Production Possibilities Curve:

  • Society cannot get everything it wants since there are limited resources and cannot have unlimited output. So society must make sacrifices and choose which good or service they want to produce over what they can give up.
  • A production possibilities curve is a graph that shows the possible productions of two goods/services that use the same fixed levels of the factors of production.
  • Used to represent several economic concepts such as productive efficiency, opportunity cost and scarcity of resources.
  • Production possibilities curves portrays productive efficiency in that the level of production of one good is maximized based off of the production level of another good.

Law of Increasing Opportunity Cost

  • Opportunity cost is whatever must be given up to obtain another good or service. (Opportunity cost is opportunity lost).
  • For example, if Joe has $1 and he spends that dollar on a candy bar, his opportunity cost is not the dollar itself, but anything else he could have used that dollar to purchase.
  • Law of Increasing Opportunity Cost states that the more one product is produced the greater the opportunity cost of another good or service.[11]
    • This is to say that other alternatives must be sacrificed (perhaps more productively efficient and necessary alternatives) in order for production of the same product to occur.

Shaping of the Curve

  • The production possibilities curve is meant to relfect the law of increasing opportunity cost.
  • The curve of it is bowed out from the origin of the graph.
    • A production possibilities curve assuming constant costs (and thus no increasing opportunity costs) assumes a linear form.
external image ppp-incr.gif

  • Points on the curve are attainable and efficient.
  • Points inside of the curve are attainable but inefficient.
  • Points outside of the curve are unattainable with current technology and resources.

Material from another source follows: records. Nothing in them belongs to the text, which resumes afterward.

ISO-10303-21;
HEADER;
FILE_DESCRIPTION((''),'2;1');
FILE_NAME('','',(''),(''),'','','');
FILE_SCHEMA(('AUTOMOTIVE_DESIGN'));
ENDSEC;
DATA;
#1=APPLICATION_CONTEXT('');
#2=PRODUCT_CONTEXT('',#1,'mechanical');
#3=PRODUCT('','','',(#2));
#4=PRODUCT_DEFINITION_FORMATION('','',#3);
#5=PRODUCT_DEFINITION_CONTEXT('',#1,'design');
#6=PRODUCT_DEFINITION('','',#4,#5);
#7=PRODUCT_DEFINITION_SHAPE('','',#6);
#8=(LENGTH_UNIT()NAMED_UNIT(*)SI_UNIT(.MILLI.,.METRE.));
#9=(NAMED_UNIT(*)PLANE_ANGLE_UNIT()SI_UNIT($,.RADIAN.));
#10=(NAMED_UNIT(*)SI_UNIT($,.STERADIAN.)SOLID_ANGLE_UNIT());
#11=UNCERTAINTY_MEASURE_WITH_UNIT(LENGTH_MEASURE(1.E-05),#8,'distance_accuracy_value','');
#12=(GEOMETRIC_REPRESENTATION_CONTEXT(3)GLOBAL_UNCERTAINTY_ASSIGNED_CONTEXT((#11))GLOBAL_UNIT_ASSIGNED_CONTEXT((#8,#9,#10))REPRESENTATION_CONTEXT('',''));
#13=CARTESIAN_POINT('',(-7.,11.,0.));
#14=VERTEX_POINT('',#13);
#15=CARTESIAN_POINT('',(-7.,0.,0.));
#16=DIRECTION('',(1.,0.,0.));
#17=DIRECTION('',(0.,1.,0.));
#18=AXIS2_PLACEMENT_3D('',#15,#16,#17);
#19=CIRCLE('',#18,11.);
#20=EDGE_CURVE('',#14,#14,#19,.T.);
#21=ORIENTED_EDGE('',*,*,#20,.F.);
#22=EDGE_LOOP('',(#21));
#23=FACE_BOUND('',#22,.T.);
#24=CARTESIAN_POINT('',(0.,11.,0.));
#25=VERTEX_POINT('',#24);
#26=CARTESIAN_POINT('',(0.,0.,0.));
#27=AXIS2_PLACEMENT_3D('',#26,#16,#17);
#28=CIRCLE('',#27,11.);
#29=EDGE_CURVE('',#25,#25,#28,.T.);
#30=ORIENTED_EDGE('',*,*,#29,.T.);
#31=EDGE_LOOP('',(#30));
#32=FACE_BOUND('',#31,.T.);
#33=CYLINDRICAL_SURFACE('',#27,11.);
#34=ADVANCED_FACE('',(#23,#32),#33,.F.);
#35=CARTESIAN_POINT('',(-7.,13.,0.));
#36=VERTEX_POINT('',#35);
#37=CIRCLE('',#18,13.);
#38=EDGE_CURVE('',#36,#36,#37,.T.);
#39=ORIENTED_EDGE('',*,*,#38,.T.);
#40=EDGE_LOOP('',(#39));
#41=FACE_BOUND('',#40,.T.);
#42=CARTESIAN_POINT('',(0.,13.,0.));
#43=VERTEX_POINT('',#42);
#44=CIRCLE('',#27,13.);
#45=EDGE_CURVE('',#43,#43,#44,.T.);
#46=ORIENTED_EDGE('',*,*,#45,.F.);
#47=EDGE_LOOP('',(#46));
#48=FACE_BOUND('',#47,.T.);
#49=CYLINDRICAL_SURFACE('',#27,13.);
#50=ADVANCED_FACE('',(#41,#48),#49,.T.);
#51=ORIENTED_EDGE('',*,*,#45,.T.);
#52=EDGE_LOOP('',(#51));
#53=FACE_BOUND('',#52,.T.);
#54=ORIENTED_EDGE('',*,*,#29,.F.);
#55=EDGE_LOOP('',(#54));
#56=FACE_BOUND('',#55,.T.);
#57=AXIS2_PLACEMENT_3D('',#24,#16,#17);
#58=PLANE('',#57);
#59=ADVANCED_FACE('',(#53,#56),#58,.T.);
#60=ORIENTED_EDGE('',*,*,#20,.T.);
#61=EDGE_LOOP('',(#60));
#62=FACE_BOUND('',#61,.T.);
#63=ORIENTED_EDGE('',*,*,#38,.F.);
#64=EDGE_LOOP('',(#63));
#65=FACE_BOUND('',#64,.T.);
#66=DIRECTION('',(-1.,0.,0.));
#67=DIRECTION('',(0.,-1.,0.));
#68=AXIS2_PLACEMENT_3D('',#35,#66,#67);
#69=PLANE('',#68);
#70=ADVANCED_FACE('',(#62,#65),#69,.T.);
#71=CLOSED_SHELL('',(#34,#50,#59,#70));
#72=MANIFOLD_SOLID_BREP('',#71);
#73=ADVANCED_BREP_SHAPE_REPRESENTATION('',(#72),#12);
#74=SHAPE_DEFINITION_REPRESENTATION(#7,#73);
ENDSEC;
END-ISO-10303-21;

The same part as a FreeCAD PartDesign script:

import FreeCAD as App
import Part
import Sketcher
from FreeCAD import Vector
Q = App.Units.Quantity


def add_polygon(sketch, points):
    """Adds a closed chain of lines whose ends are joined by coincident constraints."""
    first, n = sketch.GeometryCount, len(points)
    for a, b in zip(points, points[1:] + points[:1]):
        sketch.addGeometry(Part.LineSegment(App.Vector(*a, 0), App.Vector(*b, 0)), False)
    for i in range(n):
        sketch.addConstraint(Sketcher.Constraint("Coincident", first + i, 2, first + (i + 1) % n, 1))

doc = App.newDocument("Part")
body = doc.addObject("PartDesign::Body", "Body")

# Sketch on XY plane
sketch1 = body.newObject("Sketcher::SketchObject", "Sketch")
sketch1.AttachmentSupport = (doc.getObject("XY_Plane"), [""])
sketch1.MapMode = "FlatFace"
add_polygon(sketch1, [(-7, 13), (-7, 11), (0, 11), (0, 13)])  # lines 0-3
sketch1.addConstraint([
    Sketcher.Constraint("Vertical", 0),
    Sketcher.Constraint("Horizontal", 1),
    Sketcher.Constraint("Vertical", 2),
    Sketcher.Constraint("Horizontal", 3),
    Sketcher.Constraint("PointOnObject", 1, 2, -2),
    Sketcher.Constraint("DistanceX", 1, 1, 1, 2, Q("7 mm")),
    Sketcher.Constraint("DistanceY", 0, 2, 0, 1, Q("2 mm")),
    Sketcher.Constraint("DistanceY", -1, 1, 0, 2, Q("11 mm")),
])
revolution = body.newObject("PartDesign::Revolution", "Revolution")
revolution.Profile = sketch1
revolution.ReferenceAxis = (sketch1, ["H_Axis"])
revolution.Angle = 360

doc.recompute()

Economic Rationale (for the Law of Increasing Opportunity Costs)

  • Economic resources are not completely adaptable to alternative uses, so many resources are better at producing one good than at producing another. As production of one good is increased, resources that are less and less adaptable to the production of that good must be used. Those resources then cannot be used to produce the goods which they are ideally suited to produce. Thus, as production of a certain good increases, so does opportunity cost.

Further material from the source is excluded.